In the movement to restore First Peoples’ self-determination in this country, ‘natural’ allies are all sections of society who suffer lack of jobs, ill-paid and unsafe jobs, diminishing income, lack of housing and curtailment of basic rights. These sections include (for example) families of all cultural origins who have been excluded from the labour market, often for several generations; people being forced from their homes by increased mortgage rates; family farmers and orchardists who are being squeezed by agribusiness, banks and supermarket chains; guest workers exploited on temporary visas; and asylum seekers denied human and economic rights. Other allies include those sections of the environment/climate action movements who understand the unsustainable nature of capitalist economies and also recognise the crucial role of Aboriginal and Torres Strait Islander knowledge holders.

Subjectively, many people in these sections of society don’t yet accurately see the causes of their oppression. Big business’s parliamentary representatives – Coalition, ALP and populist deceivers – and its media mouthpieces work hard to divert us from seeing these common interests and realising that united mass action can force change. Racism is deliberately cultivated to provide our population with ‘internal enemies’ to blame for our troubles. Every old divide-and-rule tactic is being brought out of the exploiters’ toolbox.

The positive aspect of this is that they feel the pressure, the need, to use these foul tactics because they know the disparity in wealth and opportunity is now glaring to all. The delusory liberal-democratic ‘soothing ointments’ no longer work on a society in acute pain. Experience in protests, along with disillusionment with the easy slogans and promises of politicians, will gradually bring many more people to see that their interests lie in alliance with First Peoples.

These alliances on the grounds of shared interests and seeing the same sources of oppression have nothing to do with the moral posturing of liberals and social-democrats who nonetheless wish to severely limit the scope of Indigenous self-determination. It has little to do with ‘Closing the Gap’-style approaches which employ disempowering service delivery methods, muffle Indigenous political voice, and avoid sovereignty issues. Successful previous movements on all continents have demonstrated that alliances based on practical shared interests and shared campaign targets are a sound basis for genuine solidarity.
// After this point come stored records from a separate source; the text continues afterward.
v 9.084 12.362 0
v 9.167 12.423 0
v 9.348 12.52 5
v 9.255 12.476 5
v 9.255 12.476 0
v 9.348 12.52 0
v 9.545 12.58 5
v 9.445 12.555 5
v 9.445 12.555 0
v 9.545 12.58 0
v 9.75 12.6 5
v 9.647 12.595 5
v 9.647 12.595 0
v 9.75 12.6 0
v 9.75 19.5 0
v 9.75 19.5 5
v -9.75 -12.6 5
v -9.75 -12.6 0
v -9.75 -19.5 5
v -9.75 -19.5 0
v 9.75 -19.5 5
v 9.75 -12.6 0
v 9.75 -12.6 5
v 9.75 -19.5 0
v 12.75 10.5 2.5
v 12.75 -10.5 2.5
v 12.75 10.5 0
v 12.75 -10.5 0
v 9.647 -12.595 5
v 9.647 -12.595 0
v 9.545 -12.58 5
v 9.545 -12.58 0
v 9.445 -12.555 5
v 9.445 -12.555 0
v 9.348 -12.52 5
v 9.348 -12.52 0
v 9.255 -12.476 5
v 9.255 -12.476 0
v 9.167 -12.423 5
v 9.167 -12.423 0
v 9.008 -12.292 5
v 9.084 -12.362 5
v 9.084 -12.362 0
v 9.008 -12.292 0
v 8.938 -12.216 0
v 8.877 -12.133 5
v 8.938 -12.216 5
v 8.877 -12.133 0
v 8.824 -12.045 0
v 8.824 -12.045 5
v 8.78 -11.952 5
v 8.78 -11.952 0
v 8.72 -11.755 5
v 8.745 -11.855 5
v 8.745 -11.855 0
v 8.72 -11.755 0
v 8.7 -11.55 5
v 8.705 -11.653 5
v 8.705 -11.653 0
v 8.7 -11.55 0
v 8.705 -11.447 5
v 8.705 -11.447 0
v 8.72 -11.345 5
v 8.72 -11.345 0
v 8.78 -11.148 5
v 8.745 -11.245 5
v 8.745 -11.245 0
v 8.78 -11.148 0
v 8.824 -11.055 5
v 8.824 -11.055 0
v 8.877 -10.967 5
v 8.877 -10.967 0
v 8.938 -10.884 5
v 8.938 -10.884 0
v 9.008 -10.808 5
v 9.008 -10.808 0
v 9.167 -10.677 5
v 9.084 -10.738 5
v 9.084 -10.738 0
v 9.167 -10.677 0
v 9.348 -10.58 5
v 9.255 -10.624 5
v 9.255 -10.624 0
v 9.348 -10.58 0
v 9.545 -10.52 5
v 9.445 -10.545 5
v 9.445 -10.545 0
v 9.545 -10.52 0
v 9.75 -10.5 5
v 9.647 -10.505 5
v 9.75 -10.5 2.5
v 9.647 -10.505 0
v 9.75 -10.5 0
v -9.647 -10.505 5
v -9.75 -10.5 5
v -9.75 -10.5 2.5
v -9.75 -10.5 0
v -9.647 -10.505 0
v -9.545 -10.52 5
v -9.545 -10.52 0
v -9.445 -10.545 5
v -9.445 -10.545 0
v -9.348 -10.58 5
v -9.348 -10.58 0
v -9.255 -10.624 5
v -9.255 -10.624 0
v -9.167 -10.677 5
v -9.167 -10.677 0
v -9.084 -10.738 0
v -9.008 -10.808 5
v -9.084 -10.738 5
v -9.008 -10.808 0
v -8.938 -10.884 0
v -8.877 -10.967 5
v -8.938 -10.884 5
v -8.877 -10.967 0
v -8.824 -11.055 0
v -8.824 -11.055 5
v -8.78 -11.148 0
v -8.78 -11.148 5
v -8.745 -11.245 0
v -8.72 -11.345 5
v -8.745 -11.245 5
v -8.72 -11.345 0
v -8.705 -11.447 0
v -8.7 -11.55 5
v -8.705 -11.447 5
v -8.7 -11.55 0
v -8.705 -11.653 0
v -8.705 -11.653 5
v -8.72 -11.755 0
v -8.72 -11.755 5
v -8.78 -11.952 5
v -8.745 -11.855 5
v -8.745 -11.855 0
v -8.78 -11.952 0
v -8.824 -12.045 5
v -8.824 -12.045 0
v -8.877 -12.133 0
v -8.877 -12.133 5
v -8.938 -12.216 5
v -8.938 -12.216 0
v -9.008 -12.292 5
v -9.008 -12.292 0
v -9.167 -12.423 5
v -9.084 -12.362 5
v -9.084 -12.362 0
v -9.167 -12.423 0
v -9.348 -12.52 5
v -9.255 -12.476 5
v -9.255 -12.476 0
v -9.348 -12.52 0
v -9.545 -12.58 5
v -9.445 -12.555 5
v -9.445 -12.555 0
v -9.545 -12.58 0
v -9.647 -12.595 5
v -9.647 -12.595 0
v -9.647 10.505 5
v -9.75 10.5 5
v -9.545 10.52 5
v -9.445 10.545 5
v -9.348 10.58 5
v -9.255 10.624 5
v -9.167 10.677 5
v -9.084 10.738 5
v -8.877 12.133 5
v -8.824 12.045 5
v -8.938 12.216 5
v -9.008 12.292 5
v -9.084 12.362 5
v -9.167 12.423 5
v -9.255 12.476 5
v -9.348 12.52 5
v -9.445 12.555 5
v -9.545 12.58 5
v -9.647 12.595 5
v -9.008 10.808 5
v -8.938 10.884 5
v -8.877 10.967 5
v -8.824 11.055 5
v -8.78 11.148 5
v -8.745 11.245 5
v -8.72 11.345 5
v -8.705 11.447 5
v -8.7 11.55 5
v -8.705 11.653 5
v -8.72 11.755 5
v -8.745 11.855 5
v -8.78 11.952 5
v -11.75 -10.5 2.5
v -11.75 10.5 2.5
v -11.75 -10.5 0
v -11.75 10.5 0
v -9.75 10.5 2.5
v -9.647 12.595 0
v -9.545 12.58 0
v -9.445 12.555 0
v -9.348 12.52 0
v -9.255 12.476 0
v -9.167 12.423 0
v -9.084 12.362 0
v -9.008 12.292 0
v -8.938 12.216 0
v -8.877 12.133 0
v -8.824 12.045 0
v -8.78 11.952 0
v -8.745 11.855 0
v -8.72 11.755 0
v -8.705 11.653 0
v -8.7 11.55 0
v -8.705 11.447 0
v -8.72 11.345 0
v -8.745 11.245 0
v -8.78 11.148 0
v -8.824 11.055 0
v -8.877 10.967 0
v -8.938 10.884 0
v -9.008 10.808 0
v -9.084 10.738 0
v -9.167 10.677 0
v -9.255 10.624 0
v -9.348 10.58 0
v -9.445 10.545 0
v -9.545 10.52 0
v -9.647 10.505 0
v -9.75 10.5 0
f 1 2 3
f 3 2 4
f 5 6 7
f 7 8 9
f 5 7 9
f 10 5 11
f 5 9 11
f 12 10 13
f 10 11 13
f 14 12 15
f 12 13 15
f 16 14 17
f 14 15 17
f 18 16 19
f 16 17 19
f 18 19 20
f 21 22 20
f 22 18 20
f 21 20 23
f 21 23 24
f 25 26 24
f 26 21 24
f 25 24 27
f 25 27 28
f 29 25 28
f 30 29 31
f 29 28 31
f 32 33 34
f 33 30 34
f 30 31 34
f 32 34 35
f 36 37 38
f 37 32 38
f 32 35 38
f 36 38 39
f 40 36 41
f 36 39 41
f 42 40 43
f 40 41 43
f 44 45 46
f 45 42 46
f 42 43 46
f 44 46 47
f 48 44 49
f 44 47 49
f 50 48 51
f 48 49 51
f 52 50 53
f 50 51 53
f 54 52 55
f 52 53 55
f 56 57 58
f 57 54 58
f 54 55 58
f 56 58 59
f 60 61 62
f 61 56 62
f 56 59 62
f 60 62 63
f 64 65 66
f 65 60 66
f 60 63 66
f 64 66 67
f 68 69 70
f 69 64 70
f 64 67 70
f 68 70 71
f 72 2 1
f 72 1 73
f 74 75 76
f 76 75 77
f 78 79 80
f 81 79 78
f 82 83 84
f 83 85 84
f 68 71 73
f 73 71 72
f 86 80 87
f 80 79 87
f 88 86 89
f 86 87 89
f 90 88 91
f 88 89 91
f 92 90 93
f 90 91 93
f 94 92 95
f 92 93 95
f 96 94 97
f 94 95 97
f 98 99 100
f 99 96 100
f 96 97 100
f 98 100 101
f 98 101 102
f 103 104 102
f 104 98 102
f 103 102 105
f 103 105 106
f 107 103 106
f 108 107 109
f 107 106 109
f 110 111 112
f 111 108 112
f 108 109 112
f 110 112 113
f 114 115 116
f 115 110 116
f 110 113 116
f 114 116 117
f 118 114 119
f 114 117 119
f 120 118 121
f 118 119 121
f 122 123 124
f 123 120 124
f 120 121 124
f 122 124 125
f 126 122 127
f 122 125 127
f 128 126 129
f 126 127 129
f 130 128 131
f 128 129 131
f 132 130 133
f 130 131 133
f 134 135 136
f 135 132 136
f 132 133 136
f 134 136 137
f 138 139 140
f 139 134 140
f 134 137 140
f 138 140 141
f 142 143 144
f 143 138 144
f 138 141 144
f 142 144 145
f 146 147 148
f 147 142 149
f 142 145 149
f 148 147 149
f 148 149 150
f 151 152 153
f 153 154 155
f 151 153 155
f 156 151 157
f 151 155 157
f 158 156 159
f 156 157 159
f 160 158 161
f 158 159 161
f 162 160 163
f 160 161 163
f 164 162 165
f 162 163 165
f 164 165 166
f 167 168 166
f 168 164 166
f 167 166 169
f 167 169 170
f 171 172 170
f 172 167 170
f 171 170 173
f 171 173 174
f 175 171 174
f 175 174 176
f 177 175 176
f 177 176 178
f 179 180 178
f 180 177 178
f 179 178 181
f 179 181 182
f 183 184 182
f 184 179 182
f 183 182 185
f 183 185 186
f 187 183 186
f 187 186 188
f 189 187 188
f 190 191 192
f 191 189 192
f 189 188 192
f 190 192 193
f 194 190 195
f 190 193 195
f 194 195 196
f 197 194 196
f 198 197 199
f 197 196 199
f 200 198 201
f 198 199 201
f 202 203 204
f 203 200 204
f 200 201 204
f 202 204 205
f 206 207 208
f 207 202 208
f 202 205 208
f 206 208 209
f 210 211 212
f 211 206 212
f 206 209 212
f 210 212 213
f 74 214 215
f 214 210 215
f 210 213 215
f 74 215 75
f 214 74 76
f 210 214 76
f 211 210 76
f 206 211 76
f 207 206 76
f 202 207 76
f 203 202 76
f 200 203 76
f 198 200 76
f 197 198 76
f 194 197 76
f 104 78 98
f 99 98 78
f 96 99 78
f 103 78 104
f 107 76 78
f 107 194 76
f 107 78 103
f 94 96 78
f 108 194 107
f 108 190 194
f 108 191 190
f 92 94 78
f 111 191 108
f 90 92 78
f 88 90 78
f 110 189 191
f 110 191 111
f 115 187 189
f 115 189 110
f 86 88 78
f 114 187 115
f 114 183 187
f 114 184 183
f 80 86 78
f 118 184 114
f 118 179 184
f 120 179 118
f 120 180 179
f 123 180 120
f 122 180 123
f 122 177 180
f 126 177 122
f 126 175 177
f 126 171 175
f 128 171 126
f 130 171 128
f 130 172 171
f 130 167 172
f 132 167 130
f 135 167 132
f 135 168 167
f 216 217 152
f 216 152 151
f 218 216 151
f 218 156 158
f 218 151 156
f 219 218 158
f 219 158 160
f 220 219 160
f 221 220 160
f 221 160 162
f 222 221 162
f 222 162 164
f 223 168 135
Aunty Mary Graham’s advice quoted in Part Two of this article reminds us that in evolving these political and social alliances we need also to ally ourselves with the land and waters, learning from and caring for our place in the biosphere. In the course of shared action, the allied sections of our society will establish deeper mutual respect and come to recognise that practice of Indigenous people’s sovereignty is indispensable for everyone’s wellbeing. Movements for human rights, for health of lands and waters, and for an Australia free of corporate predators can succeed only with progressive Indigenous leadership at their core.